Multidisciplinary treatment of chronic intestinal pseudo obstruction in myasthenia gravis

2021 
Introduction: Myasthenia gravis (MG) is a complex B cell-mediated autoimmune neuromuscular disorder where acetylcholine receptor dysfunction leads to increased muscle weakness and fatigability. MG is often accompanied by comorbidities that are difficult to manage due to drug-drug and drug-disease interactions. MG patients benefit from a multidisciplinary approach to optimize treatment and prevent polypharmacy. There are a few case reports available, however none report the management of polypharmacy, migraine, and chronic intestinal pseudo obstruction (CIP) in a pediatric patient. Methods: We report the case of the multidisciplinary management of a 19-year-old female with a complex past medical history including MG, chronic migraines, CIP, gastroesophageal reflux disease (GERD), asthma, sleep apnea, and anemia during the COVID-19 pandemic.
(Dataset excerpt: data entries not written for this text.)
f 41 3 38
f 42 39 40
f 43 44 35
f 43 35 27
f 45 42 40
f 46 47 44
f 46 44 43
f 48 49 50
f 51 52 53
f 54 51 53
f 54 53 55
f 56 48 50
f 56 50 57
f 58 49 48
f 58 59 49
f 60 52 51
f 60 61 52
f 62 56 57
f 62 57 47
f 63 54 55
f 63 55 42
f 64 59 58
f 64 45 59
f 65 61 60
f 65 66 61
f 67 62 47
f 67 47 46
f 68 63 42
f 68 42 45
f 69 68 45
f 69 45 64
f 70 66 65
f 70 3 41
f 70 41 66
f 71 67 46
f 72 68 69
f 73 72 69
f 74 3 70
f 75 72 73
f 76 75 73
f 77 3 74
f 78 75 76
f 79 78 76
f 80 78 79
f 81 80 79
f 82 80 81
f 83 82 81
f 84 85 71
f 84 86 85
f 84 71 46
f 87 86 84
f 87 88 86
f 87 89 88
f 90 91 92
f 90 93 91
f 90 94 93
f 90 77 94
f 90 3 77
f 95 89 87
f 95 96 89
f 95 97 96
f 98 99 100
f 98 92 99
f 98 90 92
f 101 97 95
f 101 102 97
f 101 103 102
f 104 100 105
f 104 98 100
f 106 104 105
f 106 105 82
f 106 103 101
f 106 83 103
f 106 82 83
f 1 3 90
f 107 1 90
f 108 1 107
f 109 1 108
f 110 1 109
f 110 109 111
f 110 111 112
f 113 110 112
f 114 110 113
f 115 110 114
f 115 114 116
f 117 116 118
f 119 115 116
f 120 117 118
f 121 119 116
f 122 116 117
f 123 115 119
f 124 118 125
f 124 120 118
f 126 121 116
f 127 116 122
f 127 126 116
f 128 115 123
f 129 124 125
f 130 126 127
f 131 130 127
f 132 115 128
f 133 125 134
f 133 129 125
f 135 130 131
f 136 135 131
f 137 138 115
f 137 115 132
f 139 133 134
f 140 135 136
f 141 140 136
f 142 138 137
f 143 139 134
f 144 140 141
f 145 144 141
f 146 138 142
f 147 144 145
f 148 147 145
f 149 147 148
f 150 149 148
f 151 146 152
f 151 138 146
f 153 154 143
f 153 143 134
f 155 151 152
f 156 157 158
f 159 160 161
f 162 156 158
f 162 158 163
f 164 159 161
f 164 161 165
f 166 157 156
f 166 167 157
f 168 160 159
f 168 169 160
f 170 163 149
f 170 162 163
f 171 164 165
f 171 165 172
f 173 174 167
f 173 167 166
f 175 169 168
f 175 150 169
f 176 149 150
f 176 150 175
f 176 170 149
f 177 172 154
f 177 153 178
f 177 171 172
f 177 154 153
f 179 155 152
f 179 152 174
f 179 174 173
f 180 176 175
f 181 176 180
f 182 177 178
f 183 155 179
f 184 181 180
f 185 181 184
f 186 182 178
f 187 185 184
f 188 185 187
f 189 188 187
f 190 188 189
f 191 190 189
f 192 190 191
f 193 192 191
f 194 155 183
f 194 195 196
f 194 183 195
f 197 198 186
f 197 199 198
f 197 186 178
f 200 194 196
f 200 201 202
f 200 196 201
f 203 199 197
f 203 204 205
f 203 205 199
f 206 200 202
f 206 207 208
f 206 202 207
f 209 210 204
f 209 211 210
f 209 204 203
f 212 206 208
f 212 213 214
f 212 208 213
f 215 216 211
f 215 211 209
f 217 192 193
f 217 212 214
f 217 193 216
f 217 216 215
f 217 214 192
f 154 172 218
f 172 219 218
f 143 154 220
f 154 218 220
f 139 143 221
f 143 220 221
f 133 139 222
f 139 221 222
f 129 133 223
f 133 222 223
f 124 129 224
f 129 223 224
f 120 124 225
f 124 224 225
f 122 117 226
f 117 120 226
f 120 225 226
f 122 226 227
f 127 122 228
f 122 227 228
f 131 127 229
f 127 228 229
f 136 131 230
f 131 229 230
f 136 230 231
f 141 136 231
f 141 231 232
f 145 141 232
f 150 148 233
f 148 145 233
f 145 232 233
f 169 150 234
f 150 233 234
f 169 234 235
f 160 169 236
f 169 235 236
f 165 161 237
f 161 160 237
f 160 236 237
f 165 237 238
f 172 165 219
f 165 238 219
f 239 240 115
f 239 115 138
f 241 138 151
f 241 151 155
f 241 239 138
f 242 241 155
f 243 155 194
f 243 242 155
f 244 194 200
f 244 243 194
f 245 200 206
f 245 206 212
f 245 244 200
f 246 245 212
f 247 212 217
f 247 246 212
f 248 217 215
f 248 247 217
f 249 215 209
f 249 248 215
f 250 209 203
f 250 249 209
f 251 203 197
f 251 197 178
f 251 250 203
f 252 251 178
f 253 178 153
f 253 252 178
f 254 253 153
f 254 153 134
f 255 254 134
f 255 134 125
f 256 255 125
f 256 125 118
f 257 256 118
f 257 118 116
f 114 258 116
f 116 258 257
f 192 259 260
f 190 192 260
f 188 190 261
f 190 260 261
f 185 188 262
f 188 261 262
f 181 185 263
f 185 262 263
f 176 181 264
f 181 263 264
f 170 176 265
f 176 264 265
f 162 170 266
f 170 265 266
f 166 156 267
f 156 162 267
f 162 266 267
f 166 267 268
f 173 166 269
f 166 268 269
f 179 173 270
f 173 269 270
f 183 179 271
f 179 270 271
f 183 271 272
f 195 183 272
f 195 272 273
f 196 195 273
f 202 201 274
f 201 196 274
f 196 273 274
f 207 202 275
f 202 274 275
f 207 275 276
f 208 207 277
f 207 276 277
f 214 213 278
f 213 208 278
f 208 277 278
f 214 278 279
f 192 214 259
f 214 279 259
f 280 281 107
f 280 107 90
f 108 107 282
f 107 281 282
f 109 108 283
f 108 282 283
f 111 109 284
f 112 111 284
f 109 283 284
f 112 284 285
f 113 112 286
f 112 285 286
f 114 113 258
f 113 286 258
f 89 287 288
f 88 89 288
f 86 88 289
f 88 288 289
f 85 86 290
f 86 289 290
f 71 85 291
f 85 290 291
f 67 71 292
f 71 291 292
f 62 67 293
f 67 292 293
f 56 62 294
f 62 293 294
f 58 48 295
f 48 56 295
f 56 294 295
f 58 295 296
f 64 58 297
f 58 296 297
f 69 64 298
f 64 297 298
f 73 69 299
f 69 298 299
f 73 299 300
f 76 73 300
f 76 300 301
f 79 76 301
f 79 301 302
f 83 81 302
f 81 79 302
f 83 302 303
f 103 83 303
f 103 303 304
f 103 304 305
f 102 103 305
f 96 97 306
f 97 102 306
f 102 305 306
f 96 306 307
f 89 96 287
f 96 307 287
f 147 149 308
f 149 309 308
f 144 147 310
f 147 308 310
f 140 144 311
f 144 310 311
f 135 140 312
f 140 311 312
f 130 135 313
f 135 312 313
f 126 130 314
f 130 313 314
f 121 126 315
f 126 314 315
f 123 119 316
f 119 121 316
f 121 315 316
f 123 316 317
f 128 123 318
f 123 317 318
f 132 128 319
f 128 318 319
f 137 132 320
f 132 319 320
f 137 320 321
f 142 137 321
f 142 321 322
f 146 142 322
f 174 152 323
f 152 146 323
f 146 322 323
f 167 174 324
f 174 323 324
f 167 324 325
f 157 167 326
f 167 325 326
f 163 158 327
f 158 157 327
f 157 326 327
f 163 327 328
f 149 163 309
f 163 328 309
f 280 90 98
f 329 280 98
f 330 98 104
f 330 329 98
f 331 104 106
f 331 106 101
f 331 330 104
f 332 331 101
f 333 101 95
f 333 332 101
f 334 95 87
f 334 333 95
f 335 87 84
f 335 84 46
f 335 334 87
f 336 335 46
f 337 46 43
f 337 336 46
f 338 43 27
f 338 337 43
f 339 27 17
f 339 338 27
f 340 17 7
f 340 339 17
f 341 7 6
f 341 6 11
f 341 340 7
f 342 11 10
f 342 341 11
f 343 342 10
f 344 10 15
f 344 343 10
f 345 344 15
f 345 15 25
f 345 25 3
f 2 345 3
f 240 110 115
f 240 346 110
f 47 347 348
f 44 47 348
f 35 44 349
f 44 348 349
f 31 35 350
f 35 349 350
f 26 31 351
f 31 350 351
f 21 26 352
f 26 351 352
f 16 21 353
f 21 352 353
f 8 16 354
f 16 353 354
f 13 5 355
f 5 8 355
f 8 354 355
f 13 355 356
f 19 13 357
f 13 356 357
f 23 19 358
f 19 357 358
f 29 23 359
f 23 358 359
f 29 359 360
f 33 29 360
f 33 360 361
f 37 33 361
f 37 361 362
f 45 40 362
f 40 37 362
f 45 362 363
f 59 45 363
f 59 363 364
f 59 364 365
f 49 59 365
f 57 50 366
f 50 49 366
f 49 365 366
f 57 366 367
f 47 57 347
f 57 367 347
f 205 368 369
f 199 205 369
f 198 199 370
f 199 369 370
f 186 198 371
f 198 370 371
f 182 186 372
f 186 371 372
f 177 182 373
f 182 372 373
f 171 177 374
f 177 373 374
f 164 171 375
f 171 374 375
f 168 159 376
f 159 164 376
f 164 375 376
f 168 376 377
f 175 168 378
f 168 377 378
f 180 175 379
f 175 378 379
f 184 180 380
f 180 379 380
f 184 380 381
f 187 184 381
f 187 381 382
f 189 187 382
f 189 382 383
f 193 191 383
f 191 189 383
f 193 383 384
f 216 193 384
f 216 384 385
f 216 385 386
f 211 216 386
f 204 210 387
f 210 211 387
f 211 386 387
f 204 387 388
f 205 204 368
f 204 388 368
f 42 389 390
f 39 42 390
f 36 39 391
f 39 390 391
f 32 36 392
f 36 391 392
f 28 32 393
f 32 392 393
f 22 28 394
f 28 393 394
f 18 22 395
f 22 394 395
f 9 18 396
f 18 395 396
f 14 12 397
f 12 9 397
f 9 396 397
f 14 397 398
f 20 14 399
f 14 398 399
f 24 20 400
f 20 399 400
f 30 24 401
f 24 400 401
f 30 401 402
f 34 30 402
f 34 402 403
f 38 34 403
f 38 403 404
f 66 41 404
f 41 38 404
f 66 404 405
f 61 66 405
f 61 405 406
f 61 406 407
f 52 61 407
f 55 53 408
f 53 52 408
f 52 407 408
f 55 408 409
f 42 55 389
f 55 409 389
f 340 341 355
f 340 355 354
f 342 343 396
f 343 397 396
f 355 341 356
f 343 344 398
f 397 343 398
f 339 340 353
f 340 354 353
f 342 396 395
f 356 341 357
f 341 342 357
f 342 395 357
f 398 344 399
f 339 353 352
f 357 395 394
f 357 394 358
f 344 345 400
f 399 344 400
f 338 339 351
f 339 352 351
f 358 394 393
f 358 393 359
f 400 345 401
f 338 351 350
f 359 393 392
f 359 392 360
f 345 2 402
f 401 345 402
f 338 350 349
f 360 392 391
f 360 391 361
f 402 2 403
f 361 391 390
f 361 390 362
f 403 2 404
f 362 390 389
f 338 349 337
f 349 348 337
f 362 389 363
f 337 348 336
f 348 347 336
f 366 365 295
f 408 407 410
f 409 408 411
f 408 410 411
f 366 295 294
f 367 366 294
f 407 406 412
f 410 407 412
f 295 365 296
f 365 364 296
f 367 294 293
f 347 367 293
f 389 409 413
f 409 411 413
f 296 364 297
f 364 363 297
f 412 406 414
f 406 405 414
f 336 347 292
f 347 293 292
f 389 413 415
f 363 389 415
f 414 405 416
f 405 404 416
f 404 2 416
Results: Our case demonstrated the effectiveness of joining various disciplines together to deliver patient care with the use of technology. Our patient was admitted on a failed regimen of 18 medications and was discharged home on an effective regimen of 13 medications. Conclusion: Our medical team worked together to treat her MG, chronic migraines, bacteremia, and CIP resulting in a reduction of polypharmacy.